### How to complete this task
Search the records for the string "Enlèv", then copy each line where it appears.

===============

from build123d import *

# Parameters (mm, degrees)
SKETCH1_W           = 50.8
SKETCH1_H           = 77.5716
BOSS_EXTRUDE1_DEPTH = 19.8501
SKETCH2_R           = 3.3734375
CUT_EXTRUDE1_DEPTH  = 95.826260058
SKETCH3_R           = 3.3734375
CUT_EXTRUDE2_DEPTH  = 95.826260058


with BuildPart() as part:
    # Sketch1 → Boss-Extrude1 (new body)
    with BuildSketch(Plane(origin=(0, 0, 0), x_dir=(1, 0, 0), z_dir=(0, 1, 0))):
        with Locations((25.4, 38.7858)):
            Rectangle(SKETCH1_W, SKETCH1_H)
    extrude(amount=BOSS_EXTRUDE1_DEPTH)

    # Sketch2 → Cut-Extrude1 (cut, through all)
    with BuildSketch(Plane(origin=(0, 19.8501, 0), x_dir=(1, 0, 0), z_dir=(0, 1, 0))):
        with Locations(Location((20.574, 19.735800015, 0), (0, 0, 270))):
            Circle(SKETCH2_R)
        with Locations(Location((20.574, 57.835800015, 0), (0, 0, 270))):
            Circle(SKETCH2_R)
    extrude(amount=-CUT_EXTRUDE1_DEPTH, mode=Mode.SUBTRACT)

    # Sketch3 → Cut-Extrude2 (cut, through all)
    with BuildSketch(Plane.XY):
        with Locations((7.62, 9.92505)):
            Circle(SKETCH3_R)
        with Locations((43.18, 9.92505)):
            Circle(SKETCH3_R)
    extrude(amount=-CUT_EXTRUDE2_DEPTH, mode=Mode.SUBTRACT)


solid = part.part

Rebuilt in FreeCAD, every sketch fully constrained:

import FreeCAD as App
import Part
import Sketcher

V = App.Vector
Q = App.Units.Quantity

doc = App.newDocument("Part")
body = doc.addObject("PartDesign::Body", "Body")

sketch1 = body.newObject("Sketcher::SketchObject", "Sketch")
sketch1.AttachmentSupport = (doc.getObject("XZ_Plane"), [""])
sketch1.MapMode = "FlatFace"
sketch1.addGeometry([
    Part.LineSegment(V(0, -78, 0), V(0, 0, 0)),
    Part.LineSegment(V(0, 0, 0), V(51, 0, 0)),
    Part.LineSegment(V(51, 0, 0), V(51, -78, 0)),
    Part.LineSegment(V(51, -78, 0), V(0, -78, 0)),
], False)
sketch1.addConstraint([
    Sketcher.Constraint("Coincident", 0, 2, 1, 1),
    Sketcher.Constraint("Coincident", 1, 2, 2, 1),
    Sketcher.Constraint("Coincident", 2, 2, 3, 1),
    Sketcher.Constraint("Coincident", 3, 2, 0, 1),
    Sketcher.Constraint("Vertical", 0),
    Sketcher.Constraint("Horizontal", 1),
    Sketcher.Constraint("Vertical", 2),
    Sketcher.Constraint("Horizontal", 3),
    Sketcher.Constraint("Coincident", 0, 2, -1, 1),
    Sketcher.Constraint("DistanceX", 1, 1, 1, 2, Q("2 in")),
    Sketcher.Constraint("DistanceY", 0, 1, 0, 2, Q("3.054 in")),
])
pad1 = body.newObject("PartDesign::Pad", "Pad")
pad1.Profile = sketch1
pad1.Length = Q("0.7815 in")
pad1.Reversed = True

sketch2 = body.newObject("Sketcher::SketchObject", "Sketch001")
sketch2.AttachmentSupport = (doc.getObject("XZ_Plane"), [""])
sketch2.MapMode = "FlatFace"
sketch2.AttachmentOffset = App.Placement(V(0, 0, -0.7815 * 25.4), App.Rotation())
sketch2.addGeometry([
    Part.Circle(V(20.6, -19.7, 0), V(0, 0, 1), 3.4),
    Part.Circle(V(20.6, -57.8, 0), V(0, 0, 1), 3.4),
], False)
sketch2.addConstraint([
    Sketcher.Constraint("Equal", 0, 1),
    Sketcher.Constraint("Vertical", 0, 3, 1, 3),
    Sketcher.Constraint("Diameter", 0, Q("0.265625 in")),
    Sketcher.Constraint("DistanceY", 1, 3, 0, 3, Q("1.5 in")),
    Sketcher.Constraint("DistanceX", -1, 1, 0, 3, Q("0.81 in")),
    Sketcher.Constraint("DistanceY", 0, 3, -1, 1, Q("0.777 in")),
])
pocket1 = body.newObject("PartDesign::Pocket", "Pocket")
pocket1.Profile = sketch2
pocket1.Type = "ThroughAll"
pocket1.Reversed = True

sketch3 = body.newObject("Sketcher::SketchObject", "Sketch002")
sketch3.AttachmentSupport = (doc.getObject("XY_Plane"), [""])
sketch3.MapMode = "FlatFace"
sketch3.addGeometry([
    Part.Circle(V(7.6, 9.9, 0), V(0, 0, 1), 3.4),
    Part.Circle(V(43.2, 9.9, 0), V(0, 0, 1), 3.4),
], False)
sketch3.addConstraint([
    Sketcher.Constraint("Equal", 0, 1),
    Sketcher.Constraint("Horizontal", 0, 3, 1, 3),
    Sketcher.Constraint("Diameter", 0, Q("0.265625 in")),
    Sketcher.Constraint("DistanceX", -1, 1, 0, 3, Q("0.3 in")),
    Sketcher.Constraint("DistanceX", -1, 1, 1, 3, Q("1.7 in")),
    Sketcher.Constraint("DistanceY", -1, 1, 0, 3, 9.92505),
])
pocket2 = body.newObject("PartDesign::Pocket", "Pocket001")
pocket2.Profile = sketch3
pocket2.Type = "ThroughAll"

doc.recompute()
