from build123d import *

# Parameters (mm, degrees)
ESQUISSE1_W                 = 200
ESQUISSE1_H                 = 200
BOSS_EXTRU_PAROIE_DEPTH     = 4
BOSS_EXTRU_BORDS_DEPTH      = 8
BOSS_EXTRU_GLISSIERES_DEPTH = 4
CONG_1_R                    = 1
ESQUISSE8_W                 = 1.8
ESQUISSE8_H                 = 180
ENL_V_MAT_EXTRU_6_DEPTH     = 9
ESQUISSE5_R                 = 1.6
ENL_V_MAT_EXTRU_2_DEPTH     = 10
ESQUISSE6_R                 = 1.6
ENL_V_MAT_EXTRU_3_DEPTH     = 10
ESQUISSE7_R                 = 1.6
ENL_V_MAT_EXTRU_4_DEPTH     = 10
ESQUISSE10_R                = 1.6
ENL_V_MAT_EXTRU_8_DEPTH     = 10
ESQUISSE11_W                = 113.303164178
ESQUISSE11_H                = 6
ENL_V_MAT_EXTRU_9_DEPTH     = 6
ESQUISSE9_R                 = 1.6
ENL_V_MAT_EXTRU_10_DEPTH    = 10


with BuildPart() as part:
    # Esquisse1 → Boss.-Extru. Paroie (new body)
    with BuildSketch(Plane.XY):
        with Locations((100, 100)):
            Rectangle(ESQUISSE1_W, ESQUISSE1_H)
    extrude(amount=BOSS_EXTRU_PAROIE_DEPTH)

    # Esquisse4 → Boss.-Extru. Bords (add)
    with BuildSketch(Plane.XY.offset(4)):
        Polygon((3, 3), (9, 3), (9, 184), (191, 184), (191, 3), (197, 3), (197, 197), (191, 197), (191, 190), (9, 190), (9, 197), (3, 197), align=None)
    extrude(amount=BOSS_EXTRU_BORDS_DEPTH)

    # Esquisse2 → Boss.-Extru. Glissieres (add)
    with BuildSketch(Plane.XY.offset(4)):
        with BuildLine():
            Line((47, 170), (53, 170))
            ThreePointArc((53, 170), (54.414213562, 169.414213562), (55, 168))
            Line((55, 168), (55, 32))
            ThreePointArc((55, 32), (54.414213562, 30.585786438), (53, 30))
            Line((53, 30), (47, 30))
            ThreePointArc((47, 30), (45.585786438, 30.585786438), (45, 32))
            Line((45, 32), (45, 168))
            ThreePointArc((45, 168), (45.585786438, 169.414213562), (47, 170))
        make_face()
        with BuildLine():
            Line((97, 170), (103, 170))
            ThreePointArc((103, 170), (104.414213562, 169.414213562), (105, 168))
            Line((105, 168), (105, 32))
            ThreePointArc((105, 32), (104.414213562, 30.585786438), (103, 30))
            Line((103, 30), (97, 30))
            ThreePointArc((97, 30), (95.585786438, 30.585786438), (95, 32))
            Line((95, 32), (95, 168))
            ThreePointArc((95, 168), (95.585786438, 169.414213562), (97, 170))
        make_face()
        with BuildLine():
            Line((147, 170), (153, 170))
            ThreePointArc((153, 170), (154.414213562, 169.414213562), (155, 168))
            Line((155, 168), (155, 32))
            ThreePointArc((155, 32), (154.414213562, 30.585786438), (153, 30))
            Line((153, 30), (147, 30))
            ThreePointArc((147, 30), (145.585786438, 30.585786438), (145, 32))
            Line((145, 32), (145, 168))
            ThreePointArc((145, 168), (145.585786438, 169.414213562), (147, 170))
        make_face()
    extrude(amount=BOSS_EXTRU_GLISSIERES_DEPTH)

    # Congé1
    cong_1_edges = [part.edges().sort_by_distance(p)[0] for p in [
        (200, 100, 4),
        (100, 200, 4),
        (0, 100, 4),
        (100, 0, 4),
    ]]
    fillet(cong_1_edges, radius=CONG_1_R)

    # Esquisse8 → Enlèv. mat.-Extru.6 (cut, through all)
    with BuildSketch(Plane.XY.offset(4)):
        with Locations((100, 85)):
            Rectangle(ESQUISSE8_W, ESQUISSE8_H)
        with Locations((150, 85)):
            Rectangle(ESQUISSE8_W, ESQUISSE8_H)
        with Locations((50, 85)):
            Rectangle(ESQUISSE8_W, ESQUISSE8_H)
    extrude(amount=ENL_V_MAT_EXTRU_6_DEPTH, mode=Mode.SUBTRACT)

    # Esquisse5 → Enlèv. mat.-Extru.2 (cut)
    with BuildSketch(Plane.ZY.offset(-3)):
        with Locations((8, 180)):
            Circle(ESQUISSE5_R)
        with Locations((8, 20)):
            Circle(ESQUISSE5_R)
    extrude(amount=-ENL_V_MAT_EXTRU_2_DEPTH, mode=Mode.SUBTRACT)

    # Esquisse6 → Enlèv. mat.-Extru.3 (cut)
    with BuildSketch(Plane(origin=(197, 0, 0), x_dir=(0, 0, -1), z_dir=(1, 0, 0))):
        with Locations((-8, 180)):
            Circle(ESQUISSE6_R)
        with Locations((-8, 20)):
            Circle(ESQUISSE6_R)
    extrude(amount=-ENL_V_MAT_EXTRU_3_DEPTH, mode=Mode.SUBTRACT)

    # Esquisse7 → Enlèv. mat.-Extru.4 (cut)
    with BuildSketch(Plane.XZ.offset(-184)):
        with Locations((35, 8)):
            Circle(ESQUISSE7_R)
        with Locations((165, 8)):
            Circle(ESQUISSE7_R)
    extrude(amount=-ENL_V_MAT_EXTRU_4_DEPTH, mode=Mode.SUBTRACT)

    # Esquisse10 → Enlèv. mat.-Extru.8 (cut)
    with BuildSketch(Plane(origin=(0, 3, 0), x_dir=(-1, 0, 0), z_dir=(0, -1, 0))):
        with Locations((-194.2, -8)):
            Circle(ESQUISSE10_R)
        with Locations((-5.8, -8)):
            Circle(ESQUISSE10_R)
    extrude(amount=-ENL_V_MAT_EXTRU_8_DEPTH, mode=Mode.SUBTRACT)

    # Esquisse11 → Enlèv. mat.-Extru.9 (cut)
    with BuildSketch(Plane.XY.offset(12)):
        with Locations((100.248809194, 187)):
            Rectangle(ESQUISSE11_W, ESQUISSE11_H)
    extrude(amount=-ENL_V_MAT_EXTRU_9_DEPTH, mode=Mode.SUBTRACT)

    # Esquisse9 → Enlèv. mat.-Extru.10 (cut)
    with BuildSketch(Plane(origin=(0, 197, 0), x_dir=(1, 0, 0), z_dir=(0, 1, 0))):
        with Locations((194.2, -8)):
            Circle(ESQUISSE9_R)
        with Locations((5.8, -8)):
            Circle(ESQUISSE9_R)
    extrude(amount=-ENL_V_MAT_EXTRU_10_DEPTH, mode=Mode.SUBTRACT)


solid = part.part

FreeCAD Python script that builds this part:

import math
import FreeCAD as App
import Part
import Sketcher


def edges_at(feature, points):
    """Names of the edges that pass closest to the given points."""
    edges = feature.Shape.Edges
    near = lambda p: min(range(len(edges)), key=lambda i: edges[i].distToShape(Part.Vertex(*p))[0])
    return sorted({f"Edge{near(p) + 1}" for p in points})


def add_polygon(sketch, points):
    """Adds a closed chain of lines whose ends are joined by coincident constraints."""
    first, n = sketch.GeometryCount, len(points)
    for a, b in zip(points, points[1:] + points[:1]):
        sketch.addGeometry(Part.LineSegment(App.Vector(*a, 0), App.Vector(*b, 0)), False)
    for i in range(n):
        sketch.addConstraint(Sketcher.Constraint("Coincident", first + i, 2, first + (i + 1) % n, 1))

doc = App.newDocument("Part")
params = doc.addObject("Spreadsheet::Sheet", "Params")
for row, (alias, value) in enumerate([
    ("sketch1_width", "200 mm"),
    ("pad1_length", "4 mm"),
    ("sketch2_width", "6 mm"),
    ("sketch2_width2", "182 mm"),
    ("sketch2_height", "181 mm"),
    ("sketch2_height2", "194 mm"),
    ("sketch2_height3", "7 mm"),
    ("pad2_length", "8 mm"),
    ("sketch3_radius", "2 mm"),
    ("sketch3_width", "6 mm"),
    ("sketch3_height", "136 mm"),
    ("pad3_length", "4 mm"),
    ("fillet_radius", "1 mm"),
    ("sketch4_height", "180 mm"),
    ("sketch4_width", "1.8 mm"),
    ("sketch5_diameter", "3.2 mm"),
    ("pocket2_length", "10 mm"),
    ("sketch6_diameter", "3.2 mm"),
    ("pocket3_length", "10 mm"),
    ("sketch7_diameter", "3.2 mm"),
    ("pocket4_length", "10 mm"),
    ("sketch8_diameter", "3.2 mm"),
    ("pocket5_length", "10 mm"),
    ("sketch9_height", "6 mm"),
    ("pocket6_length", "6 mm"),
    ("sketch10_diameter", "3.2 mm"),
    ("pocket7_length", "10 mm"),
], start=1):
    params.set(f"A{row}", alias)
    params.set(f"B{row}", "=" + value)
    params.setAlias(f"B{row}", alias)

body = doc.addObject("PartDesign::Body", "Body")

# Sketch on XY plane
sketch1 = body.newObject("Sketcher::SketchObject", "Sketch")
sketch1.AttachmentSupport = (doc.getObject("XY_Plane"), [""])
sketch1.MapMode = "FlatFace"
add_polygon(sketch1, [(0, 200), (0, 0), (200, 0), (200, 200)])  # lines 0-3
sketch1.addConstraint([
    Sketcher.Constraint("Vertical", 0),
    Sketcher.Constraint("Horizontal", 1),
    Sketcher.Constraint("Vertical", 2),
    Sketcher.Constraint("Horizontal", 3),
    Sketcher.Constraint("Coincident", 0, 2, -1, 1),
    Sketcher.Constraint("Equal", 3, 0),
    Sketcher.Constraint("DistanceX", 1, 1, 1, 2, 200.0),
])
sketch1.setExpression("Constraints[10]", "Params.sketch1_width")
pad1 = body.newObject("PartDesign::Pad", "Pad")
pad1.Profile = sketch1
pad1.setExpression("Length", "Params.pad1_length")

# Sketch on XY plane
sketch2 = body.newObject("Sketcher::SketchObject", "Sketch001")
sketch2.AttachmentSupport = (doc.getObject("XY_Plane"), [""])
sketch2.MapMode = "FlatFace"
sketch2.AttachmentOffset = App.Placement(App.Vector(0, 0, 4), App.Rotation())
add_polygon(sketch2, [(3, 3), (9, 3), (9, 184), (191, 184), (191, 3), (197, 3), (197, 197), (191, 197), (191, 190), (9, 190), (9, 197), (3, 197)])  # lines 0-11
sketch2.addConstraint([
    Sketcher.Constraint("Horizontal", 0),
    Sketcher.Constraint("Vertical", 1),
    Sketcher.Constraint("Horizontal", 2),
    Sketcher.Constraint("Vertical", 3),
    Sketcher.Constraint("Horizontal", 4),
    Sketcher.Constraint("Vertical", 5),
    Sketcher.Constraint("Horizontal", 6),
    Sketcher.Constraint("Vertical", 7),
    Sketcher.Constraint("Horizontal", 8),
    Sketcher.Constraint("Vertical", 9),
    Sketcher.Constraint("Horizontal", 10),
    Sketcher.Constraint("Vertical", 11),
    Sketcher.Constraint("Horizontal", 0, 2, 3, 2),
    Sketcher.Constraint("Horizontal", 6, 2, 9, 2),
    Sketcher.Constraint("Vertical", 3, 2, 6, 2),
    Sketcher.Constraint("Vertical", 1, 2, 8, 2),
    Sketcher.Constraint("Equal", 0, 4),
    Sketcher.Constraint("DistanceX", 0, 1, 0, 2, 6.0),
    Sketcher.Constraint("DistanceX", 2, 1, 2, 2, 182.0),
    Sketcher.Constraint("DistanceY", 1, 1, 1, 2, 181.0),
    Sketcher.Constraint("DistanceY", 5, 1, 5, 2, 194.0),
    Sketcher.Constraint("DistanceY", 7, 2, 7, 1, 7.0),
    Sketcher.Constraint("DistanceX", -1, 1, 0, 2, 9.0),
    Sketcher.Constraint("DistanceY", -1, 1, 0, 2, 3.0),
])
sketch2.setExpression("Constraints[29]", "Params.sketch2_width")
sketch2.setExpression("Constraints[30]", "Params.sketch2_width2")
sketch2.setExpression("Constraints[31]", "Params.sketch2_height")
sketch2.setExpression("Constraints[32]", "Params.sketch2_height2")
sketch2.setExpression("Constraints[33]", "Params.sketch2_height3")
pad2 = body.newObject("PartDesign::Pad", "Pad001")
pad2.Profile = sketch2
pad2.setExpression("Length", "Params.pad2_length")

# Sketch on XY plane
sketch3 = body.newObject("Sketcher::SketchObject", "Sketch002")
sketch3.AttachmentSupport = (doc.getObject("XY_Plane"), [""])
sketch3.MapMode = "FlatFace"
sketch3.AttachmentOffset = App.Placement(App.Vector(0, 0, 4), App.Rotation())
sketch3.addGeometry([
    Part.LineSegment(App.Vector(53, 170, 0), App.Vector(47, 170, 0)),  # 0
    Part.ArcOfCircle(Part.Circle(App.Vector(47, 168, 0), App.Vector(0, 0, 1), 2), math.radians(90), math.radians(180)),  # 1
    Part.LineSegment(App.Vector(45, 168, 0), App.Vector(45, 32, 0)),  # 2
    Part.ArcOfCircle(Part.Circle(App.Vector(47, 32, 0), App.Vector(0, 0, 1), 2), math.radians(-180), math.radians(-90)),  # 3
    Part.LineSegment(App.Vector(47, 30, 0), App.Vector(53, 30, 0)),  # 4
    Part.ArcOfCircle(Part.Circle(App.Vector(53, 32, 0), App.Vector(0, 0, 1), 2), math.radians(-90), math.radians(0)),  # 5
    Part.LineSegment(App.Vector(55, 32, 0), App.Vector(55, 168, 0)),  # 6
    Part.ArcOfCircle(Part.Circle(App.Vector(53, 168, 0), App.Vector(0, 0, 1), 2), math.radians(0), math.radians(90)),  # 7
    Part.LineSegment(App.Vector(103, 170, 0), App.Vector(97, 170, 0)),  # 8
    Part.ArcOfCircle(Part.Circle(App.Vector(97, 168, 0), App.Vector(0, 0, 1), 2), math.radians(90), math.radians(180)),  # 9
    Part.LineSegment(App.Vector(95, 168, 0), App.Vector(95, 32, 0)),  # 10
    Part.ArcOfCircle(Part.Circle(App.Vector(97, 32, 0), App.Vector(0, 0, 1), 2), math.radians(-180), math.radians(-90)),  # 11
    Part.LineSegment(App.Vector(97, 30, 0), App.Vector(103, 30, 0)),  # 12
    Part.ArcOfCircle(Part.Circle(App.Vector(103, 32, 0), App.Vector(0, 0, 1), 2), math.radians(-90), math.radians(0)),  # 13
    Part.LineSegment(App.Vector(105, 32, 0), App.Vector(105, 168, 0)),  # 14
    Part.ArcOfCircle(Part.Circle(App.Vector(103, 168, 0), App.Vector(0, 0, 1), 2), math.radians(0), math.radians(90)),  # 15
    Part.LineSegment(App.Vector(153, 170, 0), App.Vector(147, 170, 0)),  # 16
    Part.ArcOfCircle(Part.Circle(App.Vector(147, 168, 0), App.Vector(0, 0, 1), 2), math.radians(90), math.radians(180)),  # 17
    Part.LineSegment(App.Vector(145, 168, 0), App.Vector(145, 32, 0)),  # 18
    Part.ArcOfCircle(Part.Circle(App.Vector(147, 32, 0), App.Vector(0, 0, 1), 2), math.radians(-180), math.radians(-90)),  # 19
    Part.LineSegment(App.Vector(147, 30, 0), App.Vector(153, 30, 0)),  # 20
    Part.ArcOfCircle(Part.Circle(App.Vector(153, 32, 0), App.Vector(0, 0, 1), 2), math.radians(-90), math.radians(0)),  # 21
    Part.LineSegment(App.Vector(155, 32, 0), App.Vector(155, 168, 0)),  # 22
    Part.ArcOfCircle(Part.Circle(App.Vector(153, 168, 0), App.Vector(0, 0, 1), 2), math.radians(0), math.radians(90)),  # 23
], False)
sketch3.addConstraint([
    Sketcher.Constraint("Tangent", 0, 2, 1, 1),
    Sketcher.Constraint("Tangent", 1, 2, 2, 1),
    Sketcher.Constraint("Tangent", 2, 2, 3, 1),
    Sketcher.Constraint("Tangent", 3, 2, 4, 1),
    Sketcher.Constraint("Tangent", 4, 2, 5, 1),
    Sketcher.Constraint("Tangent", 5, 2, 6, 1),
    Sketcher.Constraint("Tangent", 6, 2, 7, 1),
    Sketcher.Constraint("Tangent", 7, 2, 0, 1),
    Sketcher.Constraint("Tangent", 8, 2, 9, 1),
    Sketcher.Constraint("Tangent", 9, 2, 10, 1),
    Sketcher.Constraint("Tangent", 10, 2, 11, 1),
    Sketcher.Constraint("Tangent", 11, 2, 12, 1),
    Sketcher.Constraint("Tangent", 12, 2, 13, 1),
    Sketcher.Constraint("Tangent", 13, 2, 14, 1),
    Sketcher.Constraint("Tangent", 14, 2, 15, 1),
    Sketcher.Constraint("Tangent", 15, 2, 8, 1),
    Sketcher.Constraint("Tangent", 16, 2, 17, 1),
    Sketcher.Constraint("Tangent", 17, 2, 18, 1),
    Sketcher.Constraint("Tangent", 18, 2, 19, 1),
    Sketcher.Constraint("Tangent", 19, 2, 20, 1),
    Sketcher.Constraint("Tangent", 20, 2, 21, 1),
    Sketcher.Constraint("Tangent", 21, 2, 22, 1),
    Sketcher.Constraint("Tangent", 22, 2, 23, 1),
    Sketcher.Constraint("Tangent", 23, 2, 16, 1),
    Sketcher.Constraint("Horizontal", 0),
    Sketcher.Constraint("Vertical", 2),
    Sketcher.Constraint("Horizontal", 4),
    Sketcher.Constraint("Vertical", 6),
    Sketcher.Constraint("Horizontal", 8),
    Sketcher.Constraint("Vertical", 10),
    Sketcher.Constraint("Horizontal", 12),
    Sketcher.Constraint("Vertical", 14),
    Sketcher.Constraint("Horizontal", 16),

===============

### Finished exercise
    # Esquisse8 → Enlèv. mat.-Extru.6 (cut, through all)
    # Esquisse5 → Enlèv. mat.-Extru.2 (cut)
    # Esquisse6 → Enlèv. mat.-Extru.3 (cut)
    # Esquisse7 → Enlèv. mat.-Extru.4 (cut)
    # Esquisse10 → Enlèv. mat.-Extru.8 (cut)
    # Esquisse11 → Enlèv. mat.-Extru.9 (cut)
    # Esquisse9 → Enlèv. mat.-Extru.10 (cut)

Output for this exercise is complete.